Je me suis contenté de cette donnée pour lui organiser ce que tu sais. Et bon, maintenant, malgré ma feinte-à-Jules, je l’ai dans la prose sous forme de suppositoire profilé et la dame Van Trickhül itou, la pauvre âme. Cela dit, elle n’avait qu’à se soumettre et respecter mon plan au lieu de zober ceux qui la protègent. C’est une téméraire, la grosse, une qui conserve sa foi en elle et qui tente le diable, persuadée que messire Satan n’osera jamais la repasser.

Peut-être ai-je tort de poursuivre le voyage ? Il a raison, Blanc, c’est pas très logique ; mais bibi quand son instinct se met à lui souffler des trucs, il joue à colin-maillard la tête la première.

Une nouvelle chose qui me tarabuste l’âme, comme dirait la gentille Françoise Sagan, c’est l’absence prolongée du Gravos. Depuis ma visite à Cédric Demongeard, je ne l’ai plus revu, Bibendum.

Sa cabine est vide et il n’est pas au wagon-bar, je te le répète. Que dois-je en conclure ? Qu’il est descendu lui aussi à Innsbruck pour écluser une bibine fraîche au buffet de la gare et qu’il a loupé le dur ?

L’horizon s’assombrit, moi je te le dis.

Je suis à remâcher mes rancœurs lorsqu’on toque à ma porte.

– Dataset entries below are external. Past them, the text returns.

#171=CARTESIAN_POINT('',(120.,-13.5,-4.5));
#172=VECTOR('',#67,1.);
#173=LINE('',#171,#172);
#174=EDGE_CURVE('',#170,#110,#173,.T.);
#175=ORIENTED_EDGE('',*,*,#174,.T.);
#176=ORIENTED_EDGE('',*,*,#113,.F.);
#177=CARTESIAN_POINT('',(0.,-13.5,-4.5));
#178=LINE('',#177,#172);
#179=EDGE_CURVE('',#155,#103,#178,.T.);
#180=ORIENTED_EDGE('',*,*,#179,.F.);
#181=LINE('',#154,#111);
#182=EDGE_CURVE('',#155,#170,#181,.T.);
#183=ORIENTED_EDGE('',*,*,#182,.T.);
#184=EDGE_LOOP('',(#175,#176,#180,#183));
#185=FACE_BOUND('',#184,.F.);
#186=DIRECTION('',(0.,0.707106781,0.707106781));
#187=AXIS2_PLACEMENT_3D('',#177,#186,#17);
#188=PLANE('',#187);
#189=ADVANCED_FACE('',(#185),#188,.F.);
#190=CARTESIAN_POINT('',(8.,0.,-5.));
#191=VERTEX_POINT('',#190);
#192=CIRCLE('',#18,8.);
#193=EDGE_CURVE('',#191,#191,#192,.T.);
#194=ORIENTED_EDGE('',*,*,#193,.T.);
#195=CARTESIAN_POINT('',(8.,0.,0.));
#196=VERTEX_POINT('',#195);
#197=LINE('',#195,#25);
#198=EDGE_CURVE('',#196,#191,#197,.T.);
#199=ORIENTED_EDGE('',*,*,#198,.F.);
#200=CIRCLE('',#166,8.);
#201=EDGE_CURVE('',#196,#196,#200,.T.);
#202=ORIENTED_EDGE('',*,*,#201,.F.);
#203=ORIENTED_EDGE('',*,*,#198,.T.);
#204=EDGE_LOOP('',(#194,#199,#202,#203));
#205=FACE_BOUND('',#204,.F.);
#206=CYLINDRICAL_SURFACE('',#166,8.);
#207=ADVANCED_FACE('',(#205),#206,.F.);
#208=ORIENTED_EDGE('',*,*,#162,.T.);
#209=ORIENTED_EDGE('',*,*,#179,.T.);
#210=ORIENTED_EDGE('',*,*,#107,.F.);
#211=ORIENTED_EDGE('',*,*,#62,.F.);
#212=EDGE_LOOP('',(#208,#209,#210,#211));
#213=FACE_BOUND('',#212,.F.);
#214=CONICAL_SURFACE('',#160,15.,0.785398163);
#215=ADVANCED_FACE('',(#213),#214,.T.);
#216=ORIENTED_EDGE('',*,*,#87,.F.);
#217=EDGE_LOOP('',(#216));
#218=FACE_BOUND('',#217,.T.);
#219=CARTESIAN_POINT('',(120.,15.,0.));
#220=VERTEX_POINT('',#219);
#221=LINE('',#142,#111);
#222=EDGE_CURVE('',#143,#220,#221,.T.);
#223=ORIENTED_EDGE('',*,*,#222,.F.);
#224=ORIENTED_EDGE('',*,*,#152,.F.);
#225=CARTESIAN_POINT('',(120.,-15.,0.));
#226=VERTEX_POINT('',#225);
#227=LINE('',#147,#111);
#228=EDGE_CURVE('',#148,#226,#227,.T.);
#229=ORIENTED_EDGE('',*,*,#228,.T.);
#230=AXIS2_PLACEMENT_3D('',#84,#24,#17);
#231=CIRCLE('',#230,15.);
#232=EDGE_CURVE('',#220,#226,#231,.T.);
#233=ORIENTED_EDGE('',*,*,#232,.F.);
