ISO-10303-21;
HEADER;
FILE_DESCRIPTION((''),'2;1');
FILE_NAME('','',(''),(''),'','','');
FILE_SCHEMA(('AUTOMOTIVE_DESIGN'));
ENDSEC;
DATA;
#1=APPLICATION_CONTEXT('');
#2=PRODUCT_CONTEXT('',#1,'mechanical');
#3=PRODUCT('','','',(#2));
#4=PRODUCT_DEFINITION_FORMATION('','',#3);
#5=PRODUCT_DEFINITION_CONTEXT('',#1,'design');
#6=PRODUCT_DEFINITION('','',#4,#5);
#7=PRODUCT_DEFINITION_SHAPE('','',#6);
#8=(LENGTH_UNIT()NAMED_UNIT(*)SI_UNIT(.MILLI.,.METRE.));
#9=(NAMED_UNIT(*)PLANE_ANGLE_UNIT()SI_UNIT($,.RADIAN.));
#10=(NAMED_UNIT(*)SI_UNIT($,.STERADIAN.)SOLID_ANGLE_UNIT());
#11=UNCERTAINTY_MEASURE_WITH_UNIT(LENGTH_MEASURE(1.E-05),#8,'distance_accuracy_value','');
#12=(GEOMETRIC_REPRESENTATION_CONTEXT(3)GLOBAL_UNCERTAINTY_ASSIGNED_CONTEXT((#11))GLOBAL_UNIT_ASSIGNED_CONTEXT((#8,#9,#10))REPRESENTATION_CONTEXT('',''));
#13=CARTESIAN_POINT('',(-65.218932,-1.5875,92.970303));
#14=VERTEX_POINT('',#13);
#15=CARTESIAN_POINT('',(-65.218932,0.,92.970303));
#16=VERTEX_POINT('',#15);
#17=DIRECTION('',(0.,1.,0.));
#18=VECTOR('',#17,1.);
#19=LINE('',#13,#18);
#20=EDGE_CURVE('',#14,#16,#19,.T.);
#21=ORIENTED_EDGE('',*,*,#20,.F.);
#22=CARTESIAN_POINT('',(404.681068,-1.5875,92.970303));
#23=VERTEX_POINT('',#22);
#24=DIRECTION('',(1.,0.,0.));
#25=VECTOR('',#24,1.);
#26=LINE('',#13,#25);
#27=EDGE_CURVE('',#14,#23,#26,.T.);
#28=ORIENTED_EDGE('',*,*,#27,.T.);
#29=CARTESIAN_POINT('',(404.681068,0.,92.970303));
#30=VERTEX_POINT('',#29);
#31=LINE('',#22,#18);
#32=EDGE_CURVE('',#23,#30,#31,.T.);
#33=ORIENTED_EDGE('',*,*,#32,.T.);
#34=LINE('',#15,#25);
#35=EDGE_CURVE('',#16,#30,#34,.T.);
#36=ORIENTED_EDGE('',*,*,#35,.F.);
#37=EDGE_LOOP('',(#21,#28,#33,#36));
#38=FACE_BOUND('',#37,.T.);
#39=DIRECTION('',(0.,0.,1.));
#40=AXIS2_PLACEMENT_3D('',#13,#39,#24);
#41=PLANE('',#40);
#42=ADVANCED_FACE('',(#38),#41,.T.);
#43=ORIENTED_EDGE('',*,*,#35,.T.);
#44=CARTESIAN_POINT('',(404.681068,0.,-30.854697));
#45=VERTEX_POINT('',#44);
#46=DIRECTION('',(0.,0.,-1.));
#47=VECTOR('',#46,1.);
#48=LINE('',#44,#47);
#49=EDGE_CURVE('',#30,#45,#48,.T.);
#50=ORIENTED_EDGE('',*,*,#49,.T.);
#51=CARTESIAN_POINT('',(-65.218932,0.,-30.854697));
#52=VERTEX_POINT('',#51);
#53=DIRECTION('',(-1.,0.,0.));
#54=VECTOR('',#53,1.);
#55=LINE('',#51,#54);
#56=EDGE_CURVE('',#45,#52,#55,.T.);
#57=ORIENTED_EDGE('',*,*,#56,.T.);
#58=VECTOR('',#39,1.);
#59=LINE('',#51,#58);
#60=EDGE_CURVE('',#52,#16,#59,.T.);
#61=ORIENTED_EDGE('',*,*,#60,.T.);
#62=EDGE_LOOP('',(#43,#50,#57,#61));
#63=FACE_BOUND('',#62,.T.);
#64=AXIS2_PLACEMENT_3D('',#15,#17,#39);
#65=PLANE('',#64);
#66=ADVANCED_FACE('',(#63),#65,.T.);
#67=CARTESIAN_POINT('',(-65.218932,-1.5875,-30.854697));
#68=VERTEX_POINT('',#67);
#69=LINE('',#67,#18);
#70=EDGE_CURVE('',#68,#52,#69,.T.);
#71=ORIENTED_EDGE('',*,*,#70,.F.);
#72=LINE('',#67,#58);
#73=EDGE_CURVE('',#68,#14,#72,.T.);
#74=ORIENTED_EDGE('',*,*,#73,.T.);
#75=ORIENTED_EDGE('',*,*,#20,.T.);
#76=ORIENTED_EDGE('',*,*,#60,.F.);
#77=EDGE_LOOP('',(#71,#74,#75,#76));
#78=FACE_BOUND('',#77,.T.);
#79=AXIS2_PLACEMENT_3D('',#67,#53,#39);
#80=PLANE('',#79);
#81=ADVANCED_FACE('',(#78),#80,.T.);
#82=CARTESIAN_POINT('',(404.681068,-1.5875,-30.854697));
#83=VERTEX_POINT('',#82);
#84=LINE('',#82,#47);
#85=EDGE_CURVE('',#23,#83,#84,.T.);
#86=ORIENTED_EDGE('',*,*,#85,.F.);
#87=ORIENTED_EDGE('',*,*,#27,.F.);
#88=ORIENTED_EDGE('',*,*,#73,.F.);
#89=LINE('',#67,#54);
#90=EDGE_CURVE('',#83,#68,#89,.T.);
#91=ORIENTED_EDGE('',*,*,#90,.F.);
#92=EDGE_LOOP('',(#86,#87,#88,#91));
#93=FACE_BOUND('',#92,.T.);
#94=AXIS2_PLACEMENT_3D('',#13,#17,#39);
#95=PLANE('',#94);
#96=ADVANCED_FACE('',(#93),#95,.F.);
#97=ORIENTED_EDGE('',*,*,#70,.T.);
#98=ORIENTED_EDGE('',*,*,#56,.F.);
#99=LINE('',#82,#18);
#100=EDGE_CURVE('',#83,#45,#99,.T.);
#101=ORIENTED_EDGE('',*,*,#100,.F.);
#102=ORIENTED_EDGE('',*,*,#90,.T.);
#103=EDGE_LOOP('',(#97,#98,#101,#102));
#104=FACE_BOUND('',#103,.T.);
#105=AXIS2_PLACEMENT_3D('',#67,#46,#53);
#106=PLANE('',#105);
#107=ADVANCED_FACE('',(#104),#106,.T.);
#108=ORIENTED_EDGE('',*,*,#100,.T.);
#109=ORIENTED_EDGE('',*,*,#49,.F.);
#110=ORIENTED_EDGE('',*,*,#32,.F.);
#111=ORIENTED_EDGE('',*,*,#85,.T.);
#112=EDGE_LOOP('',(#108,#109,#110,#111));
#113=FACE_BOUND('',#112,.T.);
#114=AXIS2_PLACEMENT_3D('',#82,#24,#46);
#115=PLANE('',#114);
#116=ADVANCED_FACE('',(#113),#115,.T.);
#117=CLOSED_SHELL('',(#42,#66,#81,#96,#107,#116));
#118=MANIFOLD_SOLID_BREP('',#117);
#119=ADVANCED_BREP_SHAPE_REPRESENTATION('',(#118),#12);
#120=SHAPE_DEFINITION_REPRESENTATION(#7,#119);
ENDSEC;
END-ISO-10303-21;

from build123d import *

# Parameters (mm, degrees)
SKETCH1_W           = 469.9
SKETCH1_H           = 123.825
BOSS_EXTRUDE1_DEPTH = 1.5875


with BuildPart() as part:
    # Sketch1 → Boss-Extrude1 (new body)
    with BuildSketch(Plane(origin=(0, 0, 0), x_dir=(1, 0, 0), z_dir=(0, 1, 0))):
        with Locations((169.731067505, -31.057803237)):
            Rectangle(SKETCH1_W, SKETCH1_H)
    extrude(amount=-BOSS_EXTRUDE1_DEPTH)


solid = part.part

Je tourne le loquet et me trouve face à face avec la jolie Anglaise, pudique et rougissante comme j’aime.

— Vous voulez bien m’excuser ? demande-t-elle.

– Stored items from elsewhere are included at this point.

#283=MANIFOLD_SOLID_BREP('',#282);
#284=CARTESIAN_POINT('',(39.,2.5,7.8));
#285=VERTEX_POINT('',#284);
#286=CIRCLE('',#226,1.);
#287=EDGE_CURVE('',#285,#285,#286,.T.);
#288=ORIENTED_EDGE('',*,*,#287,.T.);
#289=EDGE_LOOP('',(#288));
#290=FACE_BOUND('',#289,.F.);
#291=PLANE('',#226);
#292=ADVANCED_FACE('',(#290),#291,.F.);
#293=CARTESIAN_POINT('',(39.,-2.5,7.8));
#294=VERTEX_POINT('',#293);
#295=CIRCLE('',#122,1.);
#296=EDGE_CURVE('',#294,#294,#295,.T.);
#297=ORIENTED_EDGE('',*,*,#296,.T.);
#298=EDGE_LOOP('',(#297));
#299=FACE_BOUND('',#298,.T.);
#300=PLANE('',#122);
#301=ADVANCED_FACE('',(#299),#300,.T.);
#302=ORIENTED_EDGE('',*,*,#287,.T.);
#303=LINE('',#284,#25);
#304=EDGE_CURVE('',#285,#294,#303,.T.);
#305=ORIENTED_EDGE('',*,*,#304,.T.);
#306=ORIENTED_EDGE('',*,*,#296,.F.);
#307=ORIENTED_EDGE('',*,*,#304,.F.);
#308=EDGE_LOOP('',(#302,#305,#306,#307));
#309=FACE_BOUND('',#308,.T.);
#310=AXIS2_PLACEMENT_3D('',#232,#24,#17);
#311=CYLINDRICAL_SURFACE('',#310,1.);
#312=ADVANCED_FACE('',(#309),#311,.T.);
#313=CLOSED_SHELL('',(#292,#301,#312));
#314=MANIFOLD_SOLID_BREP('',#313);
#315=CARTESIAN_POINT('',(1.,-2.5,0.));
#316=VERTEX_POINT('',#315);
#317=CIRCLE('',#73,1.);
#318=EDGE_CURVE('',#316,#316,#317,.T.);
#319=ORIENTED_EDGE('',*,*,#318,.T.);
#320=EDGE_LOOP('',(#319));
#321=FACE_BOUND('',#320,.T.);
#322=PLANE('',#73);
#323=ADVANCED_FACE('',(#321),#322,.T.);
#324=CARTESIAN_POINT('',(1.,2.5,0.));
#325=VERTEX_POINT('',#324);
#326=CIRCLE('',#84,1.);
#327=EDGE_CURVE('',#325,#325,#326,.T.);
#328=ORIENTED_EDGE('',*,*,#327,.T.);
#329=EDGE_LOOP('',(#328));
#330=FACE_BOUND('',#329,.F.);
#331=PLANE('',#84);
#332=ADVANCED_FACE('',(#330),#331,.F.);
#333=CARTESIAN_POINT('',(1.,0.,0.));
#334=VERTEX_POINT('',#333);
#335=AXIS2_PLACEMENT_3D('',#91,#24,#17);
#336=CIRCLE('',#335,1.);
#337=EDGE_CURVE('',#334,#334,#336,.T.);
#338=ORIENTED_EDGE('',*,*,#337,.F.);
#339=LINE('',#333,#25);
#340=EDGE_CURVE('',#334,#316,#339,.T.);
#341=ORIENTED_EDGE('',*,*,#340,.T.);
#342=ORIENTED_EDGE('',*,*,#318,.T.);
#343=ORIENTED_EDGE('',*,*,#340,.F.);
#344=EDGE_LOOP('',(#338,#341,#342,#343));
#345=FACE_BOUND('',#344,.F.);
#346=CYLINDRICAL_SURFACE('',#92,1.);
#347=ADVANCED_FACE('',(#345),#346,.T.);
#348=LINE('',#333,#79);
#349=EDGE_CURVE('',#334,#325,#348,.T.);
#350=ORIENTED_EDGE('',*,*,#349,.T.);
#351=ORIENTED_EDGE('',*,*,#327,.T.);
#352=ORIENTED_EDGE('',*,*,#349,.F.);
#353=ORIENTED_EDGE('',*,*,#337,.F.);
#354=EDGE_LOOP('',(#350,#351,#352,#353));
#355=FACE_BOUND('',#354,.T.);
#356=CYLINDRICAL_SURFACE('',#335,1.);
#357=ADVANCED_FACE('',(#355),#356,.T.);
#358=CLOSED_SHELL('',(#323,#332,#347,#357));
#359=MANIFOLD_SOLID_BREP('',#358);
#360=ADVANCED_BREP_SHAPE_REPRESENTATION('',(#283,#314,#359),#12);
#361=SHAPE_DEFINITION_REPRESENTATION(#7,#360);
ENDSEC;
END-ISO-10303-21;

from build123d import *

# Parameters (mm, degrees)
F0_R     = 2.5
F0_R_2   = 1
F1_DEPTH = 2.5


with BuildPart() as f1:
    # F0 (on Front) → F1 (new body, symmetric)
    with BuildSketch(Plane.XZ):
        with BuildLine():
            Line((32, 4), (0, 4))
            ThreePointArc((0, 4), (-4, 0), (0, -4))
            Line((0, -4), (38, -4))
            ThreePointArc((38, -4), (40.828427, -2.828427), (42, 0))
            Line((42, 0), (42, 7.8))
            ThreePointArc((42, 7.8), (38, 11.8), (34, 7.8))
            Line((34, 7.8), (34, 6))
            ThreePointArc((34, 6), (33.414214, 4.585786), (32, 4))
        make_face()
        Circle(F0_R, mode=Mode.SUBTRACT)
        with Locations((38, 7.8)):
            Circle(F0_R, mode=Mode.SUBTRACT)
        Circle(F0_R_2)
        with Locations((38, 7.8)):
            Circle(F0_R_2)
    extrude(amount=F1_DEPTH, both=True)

— Si c’est de cette visite, je vous en remercie, au contraire.

Elle chuchote :

— Mes parents et Dorothy sont allés à la boutique cadeaux.

— Et vous préférez la mienne ! fais-je en plaçant chacune de mes mains de son part et autre, bien à plat contre la cloison d’acajou.

— Ma sœur m’a dit que vous lui aviez débité des grossièretés ; est-ce vrai ?

— Tout à fait exact, mais c’est elle qui a commencé en me déclarant qu’elle trouvait la cuisine française obscène !

La belle brune sourit.

— Ça ne m’étonne pas d’elle, elle a un caractère impossible.

— Baste, fais-je, peut-être en aurait-elle un meilleur si elle était aussi jolie que vous.

Elle pique son fard avec une aiguille à chapeau.

— Comment vous prénommez-vous ? inquisitionné-je.

— Gwendoline !

Le pied !

Pile le nom d’une héroïne de Céline, dans Mort à Crédit. La petite môme qu’il connaît dans son pensionnat britiche.

— De quoi mourir de bonheur en le prononçant, dis-je.

J’avance ma bouche vers ses lèvres. La voilà palpitante comme un oiseau tombé du nid que tu recueilles, ou comme une bite d’adolescent dans la main d’une amie de sa mère (tu choisis l’image la plus saisissante, celle qui te « parle » le plus).

Au point de jonction où nous sommes, un baiser me paraît inévitable, aussi ne l’évitons-nous pas et je lui place une pelle de forte magnitude pour adolescente troublée.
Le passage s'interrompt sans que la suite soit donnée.